Now today I am a parent, and I still mistrust the school system and its teachers, even though my kids have a better school system. I still associate schools with sanitariums and prisons. When I think of public education I think of brainwashing children. This is the image I get and I can’t help feeling that I am right about this.

Some of my friends tell me that it does not matter cause I have made it and I am better for it. After all I am articulate, intellectual, and damm right knowledgeable. It should not matter. But it does.

Recently I read Paul Graham’s essay: Why Nerds Are Unpopular and it made so much sense. Why I resent teachers and the school system and why I am conflicted between being an intellectual and being a rebellious anarchist.

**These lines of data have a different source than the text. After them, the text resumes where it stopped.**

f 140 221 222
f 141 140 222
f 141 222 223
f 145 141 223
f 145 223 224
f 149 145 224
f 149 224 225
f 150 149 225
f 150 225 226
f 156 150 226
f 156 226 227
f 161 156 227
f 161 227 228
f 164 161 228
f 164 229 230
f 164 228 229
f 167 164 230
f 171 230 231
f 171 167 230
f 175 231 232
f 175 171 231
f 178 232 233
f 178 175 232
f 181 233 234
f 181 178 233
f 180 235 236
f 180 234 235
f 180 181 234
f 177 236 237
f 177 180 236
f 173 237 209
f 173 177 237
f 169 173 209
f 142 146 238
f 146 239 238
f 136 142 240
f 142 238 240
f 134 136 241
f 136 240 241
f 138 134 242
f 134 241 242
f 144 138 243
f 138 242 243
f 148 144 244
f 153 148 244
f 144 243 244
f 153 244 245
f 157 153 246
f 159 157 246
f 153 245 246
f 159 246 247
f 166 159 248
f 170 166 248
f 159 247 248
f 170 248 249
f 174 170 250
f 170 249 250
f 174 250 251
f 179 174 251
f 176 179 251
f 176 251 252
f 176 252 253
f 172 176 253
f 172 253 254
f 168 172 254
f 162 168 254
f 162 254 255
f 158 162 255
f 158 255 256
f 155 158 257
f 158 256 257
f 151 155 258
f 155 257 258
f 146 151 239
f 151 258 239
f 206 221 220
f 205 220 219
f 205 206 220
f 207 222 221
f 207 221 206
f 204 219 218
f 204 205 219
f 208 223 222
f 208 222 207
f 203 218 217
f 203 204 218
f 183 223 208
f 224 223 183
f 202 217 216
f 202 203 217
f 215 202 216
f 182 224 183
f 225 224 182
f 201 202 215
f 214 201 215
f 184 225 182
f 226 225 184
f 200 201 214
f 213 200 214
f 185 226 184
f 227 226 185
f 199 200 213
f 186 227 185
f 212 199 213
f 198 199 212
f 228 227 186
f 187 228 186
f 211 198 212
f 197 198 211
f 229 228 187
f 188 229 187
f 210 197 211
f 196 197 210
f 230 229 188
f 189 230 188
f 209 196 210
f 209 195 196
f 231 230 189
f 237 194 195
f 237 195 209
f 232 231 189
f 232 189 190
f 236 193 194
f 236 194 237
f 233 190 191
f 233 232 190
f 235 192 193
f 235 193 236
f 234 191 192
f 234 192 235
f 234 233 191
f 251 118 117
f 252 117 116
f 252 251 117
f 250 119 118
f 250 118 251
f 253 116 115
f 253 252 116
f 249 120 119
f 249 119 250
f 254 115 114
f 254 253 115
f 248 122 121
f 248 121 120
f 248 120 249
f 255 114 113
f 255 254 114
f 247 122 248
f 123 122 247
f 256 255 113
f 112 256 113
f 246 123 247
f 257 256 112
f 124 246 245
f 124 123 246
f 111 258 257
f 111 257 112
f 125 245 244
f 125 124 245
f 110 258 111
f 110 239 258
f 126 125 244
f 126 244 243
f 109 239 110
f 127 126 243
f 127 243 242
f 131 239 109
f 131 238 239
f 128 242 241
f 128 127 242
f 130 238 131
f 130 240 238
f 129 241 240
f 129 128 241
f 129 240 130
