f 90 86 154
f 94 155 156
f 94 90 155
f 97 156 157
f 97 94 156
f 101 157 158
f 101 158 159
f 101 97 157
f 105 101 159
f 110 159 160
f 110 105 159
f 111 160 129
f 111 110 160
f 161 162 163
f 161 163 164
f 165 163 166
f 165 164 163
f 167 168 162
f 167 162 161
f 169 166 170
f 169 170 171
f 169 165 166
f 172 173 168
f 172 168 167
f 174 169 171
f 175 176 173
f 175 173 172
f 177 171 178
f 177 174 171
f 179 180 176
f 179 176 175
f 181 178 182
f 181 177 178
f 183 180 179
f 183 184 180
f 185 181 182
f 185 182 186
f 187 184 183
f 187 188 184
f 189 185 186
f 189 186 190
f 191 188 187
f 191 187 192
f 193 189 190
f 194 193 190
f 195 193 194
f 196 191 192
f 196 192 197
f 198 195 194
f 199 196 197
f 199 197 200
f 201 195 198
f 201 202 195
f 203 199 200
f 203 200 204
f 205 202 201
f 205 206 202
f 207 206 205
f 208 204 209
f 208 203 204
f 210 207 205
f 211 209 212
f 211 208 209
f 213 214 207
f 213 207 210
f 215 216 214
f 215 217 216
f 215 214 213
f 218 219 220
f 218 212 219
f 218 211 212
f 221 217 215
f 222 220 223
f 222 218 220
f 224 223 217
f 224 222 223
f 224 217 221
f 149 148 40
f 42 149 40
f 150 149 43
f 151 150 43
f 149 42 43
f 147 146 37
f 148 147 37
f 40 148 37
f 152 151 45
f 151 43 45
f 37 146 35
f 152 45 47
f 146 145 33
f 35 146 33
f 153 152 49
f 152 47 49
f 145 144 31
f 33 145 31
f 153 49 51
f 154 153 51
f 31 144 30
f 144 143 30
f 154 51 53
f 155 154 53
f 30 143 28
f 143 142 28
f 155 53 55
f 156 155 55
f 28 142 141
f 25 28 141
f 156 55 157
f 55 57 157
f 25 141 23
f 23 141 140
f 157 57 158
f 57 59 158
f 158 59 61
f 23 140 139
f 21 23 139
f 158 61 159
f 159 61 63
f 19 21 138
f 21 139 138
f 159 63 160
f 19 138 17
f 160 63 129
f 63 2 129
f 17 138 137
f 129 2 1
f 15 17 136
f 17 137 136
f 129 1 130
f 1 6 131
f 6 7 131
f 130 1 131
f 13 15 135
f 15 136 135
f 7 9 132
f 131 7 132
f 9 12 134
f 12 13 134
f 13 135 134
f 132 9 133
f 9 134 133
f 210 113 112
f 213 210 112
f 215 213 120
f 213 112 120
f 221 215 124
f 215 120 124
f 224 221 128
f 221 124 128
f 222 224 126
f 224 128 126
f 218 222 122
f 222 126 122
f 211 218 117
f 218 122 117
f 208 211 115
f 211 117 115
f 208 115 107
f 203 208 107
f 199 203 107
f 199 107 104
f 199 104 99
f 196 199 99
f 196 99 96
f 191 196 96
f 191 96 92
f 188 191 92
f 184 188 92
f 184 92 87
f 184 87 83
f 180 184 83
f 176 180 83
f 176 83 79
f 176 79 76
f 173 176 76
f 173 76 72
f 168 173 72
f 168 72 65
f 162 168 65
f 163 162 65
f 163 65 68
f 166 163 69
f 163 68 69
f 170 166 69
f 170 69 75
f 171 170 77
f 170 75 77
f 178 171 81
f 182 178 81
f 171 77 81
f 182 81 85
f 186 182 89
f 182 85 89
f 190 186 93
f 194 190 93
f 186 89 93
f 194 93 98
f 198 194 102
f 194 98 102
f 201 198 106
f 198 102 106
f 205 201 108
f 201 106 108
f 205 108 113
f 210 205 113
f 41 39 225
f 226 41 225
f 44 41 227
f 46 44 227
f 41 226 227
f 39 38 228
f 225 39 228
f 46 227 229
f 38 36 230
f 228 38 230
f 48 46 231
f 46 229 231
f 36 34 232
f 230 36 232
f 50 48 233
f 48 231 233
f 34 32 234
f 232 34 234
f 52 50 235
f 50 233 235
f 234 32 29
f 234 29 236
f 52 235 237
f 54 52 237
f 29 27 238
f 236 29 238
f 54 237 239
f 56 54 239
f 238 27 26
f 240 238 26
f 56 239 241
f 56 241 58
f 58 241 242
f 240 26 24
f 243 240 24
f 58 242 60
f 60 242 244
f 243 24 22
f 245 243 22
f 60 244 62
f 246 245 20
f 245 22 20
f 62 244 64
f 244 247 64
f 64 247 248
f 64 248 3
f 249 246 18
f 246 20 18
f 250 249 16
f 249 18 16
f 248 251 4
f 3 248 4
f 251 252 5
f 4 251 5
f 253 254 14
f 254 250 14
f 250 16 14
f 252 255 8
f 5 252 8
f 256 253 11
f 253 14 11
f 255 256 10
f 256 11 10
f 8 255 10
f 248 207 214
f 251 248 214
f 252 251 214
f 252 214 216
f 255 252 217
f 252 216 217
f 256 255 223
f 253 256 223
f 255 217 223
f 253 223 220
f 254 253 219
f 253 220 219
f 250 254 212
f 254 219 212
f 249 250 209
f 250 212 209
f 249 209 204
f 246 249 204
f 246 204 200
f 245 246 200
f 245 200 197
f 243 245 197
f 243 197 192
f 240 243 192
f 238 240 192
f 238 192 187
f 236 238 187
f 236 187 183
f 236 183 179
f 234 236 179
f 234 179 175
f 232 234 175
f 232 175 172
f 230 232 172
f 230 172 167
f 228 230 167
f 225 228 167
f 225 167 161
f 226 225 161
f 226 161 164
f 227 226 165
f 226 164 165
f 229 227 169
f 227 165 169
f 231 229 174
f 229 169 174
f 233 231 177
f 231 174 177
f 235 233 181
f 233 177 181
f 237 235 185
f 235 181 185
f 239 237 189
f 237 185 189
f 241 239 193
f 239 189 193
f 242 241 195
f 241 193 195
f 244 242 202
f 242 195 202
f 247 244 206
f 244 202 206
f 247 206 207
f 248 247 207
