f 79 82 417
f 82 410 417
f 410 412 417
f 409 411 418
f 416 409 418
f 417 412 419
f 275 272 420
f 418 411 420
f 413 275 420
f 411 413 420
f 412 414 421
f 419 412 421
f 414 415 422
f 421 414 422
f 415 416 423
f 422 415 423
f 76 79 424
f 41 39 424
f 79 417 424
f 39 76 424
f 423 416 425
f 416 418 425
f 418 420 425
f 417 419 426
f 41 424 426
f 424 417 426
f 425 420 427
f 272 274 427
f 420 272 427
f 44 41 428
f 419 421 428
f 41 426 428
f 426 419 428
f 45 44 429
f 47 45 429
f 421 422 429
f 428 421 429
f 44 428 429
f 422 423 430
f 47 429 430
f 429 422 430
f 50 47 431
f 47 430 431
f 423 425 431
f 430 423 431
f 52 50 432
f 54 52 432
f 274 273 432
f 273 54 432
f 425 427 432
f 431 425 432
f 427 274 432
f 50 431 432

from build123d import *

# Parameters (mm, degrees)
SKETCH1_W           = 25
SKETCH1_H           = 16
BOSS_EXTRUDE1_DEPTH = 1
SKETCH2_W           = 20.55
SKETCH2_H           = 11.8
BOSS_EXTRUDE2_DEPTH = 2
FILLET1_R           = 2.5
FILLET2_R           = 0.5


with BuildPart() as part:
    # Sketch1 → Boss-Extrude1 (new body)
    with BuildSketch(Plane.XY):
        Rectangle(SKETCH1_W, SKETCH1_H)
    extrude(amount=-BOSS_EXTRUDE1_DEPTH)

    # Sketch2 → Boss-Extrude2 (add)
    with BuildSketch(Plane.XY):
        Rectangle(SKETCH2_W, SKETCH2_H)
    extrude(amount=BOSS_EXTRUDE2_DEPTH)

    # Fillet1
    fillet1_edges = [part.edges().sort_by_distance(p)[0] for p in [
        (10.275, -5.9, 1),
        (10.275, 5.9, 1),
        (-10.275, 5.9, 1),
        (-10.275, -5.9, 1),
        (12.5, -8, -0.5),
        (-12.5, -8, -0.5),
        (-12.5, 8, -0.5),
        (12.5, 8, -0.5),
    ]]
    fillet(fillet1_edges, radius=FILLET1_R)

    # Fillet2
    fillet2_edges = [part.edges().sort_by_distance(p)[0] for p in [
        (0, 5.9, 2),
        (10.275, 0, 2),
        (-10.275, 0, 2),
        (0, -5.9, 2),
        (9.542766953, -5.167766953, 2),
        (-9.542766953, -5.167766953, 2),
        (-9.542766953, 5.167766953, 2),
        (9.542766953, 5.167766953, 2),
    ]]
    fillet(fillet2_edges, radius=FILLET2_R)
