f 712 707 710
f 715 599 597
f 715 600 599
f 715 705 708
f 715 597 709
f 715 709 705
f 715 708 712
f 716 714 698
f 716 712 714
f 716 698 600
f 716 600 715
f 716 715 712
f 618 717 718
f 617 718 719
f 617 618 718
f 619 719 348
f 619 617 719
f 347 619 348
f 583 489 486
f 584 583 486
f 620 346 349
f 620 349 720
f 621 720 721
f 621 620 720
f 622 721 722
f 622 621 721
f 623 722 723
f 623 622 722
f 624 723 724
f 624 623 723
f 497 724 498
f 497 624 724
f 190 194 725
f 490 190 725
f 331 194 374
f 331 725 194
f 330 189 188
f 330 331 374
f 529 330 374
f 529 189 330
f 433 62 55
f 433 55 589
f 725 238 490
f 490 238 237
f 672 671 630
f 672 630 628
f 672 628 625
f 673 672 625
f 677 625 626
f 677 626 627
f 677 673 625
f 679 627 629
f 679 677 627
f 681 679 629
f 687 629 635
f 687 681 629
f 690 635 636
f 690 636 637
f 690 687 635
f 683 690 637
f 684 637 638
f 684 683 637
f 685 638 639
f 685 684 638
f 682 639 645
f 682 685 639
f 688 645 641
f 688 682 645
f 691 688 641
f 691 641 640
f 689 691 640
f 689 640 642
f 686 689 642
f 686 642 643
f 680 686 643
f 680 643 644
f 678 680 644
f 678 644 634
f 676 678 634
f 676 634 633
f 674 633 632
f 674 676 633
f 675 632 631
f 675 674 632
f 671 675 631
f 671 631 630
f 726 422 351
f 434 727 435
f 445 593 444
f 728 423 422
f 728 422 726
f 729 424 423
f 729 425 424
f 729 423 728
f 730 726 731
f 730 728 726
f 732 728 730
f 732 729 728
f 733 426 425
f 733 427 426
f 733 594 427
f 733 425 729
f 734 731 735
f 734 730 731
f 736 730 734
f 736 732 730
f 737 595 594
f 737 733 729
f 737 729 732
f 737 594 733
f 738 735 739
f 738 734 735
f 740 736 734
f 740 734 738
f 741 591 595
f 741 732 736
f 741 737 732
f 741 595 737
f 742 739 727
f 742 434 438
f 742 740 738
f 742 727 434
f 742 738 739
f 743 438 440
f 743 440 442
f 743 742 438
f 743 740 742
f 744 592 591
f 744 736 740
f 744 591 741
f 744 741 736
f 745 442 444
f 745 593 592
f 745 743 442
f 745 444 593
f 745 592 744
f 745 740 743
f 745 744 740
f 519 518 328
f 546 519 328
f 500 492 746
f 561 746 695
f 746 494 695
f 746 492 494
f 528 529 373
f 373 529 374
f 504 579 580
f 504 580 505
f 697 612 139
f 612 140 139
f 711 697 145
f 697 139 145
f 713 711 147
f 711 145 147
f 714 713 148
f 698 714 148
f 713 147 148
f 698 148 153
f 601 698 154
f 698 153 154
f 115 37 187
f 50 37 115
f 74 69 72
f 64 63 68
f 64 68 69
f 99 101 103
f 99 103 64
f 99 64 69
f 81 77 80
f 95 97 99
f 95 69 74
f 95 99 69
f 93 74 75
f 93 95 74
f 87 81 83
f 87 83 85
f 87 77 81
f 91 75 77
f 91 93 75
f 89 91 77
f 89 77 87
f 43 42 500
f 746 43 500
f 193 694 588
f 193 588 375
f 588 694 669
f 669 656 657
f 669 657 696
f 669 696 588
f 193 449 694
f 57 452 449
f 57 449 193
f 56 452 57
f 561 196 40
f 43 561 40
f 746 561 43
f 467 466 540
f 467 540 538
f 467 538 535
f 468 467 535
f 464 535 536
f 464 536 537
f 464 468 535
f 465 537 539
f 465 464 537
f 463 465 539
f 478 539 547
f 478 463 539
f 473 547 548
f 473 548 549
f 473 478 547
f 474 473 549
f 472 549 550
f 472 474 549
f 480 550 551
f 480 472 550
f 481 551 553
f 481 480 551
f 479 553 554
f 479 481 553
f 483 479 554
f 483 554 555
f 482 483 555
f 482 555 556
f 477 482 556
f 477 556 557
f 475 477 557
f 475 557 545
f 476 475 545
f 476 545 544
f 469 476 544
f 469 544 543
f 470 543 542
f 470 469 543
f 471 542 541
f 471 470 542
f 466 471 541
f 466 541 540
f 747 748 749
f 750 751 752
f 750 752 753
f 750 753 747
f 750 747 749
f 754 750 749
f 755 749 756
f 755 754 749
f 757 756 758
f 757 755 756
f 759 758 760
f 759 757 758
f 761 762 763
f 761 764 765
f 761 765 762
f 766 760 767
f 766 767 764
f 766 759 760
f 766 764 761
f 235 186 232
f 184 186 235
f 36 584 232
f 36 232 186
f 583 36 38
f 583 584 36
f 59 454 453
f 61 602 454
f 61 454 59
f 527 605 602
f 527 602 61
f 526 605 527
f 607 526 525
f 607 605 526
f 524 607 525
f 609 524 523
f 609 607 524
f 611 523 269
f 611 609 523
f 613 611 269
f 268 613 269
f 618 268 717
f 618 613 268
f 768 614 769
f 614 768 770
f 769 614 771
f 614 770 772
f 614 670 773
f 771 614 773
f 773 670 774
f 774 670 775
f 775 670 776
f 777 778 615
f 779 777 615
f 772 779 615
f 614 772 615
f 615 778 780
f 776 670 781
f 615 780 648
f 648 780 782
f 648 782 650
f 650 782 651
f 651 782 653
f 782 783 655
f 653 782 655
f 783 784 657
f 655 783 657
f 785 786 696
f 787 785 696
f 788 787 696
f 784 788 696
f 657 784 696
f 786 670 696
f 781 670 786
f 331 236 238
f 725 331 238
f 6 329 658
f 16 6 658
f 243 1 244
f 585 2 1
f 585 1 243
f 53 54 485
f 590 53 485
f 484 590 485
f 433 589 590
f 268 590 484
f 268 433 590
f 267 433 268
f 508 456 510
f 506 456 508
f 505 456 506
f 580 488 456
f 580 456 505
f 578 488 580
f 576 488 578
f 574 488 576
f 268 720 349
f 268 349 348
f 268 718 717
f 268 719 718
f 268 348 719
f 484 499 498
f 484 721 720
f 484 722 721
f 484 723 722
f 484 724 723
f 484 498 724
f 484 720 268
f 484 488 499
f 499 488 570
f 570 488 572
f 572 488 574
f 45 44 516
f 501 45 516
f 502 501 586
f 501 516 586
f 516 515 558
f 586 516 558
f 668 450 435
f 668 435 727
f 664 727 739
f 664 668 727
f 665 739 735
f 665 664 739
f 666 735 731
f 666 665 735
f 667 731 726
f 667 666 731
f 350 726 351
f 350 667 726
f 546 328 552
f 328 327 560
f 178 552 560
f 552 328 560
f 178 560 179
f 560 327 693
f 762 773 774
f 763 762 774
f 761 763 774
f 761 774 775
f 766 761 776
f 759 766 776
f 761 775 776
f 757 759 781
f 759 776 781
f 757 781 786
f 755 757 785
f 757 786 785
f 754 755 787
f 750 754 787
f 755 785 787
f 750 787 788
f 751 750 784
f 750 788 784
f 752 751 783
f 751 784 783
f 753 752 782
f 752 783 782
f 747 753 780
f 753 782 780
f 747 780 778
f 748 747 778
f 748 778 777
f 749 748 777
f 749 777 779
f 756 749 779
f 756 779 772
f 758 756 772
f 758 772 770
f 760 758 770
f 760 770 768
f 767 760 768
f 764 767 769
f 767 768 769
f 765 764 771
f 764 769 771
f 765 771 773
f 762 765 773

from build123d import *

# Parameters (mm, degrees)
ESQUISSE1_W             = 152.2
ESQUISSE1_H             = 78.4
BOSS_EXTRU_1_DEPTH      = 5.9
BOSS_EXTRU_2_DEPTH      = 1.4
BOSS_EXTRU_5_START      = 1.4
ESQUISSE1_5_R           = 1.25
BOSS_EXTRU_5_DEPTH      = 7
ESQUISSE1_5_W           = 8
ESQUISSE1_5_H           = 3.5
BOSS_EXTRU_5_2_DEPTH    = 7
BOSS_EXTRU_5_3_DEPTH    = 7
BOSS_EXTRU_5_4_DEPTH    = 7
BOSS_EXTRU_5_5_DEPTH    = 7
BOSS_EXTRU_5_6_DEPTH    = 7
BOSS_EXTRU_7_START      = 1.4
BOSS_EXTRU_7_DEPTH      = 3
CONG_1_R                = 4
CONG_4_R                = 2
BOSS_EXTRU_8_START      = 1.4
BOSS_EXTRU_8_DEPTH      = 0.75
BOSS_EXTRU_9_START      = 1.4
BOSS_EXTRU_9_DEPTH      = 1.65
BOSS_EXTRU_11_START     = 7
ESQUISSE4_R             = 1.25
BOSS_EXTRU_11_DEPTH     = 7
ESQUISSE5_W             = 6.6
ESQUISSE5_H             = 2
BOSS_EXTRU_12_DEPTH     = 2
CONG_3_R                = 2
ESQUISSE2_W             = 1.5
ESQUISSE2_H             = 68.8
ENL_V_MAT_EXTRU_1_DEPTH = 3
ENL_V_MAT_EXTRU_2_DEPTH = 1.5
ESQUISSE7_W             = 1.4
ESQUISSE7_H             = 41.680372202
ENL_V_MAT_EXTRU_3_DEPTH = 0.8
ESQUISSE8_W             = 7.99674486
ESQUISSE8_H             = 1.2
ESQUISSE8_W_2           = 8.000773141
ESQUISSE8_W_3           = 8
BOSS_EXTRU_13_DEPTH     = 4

If life seems awful to kids, it’s neither because hormones are turning you all into monsters (as your parents believe), nor because life actually is awful (as you believe). It’s because the adults, who no longer have any economic use for you, have abandoned you to spend years cooped up together with nothing real to do. Any society of that type is awful to live in. You don’t have to look any further to explain why teenage kids are unhappy.

I certainly now realize why even kids that have more opportunities than I did, are no better off than I was back in high school. The situations are still the same, it may have been that I had it a little worse than some of the kids I see today, but we both entered the same sanatorium, and we all have to get out of it someday.